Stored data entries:
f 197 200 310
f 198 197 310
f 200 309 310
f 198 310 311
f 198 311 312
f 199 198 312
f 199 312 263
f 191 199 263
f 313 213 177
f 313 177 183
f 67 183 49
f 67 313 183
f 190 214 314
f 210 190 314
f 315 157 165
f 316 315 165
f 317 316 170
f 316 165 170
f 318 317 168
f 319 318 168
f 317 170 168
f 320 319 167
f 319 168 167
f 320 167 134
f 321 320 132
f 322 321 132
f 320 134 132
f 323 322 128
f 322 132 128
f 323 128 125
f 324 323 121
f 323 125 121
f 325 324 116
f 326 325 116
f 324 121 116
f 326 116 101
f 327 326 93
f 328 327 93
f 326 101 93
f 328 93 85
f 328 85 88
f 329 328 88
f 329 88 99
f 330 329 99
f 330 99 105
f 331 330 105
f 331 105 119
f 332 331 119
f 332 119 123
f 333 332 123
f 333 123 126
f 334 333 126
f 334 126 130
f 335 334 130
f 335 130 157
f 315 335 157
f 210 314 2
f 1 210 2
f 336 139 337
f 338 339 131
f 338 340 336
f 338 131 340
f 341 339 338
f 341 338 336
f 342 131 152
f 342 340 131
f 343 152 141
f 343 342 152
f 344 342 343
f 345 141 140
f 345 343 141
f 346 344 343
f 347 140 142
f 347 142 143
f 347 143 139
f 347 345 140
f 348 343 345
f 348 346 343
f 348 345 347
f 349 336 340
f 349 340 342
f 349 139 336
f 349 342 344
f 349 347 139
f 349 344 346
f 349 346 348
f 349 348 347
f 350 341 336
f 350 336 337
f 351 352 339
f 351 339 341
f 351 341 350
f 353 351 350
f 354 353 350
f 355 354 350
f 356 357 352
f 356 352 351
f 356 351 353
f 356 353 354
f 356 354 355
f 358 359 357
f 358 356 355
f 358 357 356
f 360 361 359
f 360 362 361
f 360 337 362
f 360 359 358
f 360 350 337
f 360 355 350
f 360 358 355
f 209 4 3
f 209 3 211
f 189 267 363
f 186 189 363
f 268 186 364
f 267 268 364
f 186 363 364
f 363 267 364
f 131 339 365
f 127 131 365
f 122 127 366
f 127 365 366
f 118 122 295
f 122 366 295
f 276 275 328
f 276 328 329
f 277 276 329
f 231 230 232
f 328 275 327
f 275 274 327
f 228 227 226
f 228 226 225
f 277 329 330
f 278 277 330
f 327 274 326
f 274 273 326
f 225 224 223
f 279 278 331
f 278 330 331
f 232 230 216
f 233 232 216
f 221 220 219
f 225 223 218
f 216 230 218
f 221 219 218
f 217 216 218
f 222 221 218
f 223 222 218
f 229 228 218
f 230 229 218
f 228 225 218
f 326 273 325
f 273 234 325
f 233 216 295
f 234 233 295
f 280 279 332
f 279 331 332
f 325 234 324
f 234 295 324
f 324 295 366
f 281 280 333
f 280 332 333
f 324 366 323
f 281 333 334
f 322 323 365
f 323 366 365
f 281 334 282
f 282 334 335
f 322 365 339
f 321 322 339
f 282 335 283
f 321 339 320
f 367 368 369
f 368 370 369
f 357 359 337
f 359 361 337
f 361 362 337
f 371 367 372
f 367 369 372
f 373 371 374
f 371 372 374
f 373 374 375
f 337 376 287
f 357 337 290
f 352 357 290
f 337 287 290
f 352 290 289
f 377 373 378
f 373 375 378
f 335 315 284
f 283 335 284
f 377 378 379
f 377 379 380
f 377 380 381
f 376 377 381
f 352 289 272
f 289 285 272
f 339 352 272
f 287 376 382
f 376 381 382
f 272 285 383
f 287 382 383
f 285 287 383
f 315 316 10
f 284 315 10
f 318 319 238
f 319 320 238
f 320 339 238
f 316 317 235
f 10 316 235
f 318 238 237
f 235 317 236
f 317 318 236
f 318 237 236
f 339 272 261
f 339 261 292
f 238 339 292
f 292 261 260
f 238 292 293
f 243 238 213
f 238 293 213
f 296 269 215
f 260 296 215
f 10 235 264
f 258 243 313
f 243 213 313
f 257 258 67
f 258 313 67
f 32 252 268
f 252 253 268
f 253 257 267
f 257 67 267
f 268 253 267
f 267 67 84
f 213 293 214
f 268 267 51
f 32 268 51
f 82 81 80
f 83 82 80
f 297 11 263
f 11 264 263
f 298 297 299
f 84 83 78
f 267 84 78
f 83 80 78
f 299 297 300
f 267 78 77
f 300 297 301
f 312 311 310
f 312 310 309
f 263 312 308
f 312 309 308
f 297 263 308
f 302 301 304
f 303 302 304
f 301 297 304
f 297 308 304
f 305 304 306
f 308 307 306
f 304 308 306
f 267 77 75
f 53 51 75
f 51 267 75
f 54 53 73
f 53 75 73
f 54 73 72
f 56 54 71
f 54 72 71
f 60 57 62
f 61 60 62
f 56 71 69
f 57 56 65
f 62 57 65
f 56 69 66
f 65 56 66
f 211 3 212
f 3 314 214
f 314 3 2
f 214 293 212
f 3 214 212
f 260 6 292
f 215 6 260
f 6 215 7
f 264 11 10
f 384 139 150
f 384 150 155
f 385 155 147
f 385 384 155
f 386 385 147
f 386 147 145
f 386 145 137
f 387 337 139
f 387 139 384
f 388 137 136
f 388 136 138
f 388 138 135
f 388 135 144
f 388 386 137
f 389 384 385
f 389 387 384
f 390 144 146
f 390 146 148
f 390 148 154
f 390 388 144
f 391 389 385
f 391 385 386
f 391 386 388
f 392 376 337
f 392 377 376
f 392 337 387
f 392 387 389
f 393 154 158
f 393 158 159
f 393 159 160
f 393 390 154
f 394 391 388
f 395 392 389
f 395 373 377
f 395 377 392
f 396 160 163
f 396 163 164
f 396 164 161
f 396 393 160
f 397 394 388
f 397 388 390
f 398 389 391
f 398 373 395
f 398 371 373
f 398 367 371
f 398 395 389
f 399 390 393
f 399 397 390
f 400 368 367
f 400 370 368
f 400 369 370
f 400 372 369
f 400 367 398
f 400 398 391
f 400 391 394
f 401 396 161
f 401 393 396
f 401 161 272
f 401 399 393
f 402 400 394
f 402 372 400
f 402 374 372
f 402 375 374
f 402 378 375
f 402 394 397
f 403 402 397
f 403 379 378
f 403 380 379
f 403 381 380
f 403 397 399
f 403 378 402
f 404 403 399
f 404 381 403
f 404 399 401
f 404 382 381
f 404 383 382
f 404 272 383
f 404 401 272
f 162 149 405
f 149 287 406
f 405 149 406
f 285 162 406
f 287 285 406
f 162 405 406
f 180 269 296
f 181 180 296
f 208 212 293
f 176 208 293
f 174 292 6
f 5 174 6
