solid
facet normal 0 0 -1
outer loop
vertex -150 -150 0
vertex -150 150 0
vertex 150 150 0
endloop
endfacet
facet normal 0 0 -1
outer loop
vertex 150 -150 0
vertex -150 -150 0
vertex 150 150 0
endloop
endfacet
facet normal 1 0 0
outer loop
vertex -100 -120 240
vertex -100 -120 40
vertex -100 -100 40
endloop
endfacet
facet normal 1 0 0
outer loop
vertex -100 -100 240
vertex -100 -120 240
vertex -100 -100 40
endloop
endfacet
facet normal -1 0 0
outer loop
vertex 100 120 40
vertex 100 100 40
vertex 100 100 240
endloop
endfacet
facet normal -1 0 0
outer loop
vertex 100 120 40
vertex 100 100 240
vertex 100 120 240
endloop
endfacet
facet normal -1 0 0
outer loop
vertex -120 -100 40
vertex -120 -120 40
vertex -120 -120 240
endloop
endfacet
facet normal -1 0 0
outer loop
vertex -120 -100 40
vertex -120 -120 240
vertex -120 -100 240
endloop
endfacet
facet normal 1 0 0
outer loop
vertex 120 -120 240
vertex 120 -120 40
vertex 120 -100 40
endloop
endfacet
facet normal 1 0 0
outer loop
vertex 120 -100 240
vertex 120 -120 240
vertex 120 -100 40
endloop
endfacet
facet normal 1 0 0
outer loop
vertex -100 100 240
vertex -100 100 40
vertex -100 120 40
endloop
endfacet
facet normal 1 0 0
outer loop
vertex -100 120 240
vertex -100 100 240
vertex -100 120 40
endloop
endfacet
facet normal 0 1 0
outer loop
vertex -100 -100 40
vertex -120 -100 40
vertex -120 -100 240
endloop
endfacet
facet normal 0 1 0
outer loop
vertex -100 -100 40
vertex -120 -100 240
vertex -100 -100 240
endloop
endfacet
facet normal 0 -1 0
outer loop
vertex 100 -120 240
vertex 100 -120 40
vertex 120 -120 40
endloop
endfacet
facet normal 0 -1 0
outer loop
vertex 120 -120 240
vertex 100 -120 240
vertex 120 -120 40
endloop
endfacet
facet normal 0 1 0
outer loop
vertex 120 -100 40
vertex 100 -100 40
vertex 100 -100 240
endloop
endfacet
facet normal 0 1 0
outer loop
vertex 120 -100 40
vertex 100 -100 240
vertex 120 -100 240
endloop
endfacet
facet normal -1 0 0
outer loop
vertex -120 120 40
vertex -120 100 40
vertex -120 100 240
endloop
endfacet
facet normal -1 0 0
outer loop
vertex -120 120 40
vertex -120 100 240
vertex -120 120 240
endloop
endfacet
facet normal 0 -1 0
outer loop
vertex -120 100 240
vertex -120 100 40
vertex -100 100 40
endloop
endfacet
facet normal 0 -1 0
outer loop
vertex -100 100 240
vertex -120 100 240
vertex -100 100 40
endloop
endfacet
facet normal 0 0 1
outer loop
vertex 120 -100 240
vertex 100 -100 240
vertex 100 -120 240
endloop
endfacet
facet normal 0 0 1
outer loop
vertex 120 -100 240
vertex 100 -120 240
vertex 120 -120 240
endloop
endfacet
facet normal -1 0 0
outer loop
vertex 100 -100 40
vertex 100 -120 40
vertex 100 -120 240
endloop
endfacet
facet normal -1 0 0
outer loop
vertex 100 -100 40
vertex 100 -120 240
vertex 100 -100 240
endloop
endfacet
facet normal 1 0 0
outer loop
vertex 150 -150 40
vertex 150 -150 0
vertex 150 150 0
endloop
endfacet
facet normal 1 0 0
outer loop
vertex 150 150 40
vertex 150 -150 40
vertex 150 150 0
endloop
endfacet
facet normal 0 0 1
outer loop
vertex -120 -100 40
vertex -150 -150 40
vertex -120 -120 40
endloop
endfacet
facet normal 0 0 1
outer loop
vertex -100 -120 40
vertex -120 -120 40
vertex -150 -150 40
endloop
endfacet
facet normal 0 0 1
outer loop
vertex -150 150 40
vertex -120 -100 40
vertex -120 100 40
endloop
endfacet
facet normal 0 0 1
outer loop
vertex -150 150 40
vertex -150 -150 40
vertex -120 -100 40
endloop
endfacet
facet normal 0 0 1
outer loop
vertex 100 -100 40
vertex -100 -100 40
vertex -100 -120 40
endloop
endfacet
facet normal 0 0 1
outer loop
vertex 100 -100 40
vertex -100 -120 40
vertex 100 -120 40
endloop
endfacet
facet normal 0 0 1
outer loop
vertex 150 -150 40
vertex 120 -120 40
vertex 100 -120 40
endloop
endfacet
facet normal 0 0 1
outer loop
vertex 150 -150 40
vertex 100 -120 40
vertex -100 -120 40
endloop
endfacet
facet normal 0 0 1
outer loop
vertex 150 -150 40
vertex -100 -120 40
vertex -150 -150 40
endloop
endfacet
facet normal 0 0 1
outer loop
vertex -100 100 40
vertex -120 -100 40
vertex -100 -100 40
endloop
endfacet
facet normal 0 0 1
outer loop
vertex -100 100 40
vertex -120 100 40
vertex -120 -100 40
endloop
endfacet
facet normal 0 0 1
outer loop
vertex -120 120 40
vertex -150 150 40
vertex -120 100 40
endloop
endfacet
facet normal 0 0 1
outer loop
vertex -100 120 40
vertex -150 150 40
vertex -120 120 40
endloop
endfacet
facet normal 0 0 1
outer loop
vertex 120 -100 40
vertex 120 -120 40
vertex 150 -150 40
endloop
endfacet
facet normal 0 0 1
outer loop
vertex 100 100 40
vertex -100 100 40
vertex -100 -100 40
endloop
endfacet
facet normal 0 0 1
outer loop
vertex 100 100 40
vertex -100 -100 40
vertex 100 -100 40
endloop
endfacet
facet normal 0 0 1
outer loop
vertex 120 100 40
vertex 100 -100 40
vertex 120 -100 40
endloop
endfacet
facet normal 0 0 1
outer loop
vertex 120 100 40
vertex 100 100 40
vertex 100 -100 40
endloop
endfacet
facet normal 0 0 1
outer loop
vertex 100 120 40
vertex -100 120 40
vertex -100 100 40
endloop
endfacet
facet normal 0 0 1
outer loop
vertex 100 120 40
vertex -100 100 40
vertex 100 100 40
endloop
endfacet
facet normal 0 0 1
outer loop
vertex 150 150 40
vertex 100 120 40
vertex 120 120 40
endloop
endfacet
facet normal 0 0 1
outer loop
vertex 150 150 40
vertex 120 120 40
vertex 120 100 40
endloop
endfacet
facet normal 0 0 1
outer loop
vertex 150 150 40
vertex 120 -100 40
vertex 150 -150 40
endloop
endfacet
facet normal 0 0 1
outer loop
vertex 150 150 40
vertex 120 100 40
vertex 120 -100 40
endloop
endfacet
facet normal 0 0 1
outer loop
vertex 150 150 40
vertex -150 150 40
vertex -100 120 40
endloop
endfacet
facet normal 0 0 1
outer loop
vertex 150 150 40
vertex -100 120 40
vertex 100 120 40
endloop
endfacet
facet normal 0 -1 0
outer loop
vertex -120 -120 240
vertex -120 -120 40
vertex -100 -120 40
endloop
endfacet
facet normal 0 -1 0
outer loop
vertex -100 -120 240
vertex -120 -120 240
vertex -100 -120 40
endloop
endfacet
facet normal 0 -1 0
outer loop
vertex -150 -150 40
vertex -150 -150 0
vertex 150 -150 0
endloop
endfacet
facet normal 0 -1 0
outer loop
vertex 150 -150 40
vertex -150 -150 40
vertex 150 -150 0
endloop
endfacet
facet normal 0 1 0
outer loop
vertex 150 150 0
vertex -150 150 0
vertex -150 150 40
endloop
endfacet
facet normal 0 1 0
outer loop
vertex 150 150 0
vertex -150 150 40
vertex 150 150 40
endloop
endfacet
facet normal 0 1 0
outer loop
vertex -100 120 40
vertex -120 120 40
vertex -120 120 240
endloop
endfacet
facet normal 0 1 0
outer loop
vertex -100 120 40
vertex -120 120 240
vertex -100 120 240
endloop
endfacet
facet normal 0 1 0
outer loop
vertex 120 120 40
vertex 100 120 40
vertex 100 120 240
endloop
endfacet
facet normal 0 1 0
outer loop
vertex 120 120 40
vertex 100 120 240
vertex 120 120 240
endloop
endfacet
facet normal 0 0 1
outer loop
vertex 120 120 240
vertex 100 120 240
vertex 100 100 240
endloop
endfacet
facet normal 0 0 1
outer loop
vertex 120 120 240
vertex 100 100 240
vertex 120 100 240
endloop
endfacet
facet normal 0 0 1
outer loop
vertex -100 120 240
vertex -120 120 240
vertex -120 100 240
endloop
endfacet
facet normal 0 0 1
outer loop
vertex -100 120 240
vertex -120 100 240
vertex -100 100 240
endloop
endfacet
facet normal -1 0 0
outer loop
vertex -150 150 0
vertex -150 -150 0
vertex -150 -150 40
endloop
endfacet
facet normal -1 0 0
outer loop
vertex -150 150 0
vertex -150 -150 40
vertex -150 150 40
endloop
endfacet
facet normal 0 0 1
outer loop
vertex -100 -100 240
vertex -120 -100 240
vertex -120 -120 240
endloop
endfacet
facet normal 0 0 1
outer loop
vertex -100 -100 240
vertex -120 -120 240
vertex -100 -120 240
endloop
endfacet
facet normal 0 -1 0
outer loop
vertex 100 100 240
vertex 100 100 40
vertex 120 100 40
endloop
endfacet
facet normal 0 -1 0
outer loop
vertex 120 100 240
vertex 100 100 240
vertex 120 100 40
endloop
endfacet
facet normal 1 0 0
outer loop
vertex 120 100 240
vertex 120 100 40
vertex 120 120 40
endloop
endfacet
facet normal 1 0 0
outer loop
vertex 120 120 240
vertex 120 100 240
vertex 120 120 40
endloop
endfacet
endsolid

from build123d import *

# Parameters (mm, degrees)
SKETCH1_W           = 300
SKETCH1_H           = 300
BOSS_EXTRUDE1_DEPTH = 40
SKETCH2_W           = 20
SKETCH2_H           = 20
BOSS_EXTRUDE2_DEPTH = 200


with BuildPart() as part:
    # Sketch1 → Boss-Extrude1 (new body)
    with BuildSketch(Plane.XY):
        Rectangle(SKETCH1_W, SKETCH1_H)
    extrude(amount=BOSS_EXTRUDE1_DEPTH)

    # Sketch2 → Boss-Extrude2 (add)
    with BuildSketch(Plane.XY.offset(40)):
        with Locations((110, 110)):
            Rectangle(SKETCH2_W, SKETCH2_H)
        with Locations((-110, 110)):
            Rectangle(SKETCH2_W, SKETCH2_H)
        with Locations((-110, -110)):
            Rectangle(SKETCH2_W, SKETCH2_H)
        with Locations((110, -110)):
            Rectangle(SKETCH2_W, SKETCH2_H)
    extrude(amount=BOSS_EXTRUDE2_DEPTH)


solid = part.part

• _WORK INSTRUCTIONS_
Copy the stretch of the records above that runs from the line with "f 186 363 364" through the line with "f 222 221 218". Both end lines belong in the copy, and nothing else does.

• _OUTPUT OF THE EXERCISE_
f 186 363 364
f 363 267 364
f 131 339 365
f 127 131 365
f 122 127 366
f 127 365 366
f 118 122 295
f 122 366 295
f 276 275 328
f 276 328 329
f 277 276 329
f 231 230 232
f 328 275 327
f 275 274 327
f 228 227 226
f 228 226 225
f 277 329 330
f 278 277 330
f 327 274 326
f 274 273 326
f 225 224 223
f 279 278 331
f 278 330 331
f 232 230 216
f 233 232 216
f 221 220 219
f 225 223 218
f 216 230 218
f 221 219 218
f 217 216 218
f 222 221 218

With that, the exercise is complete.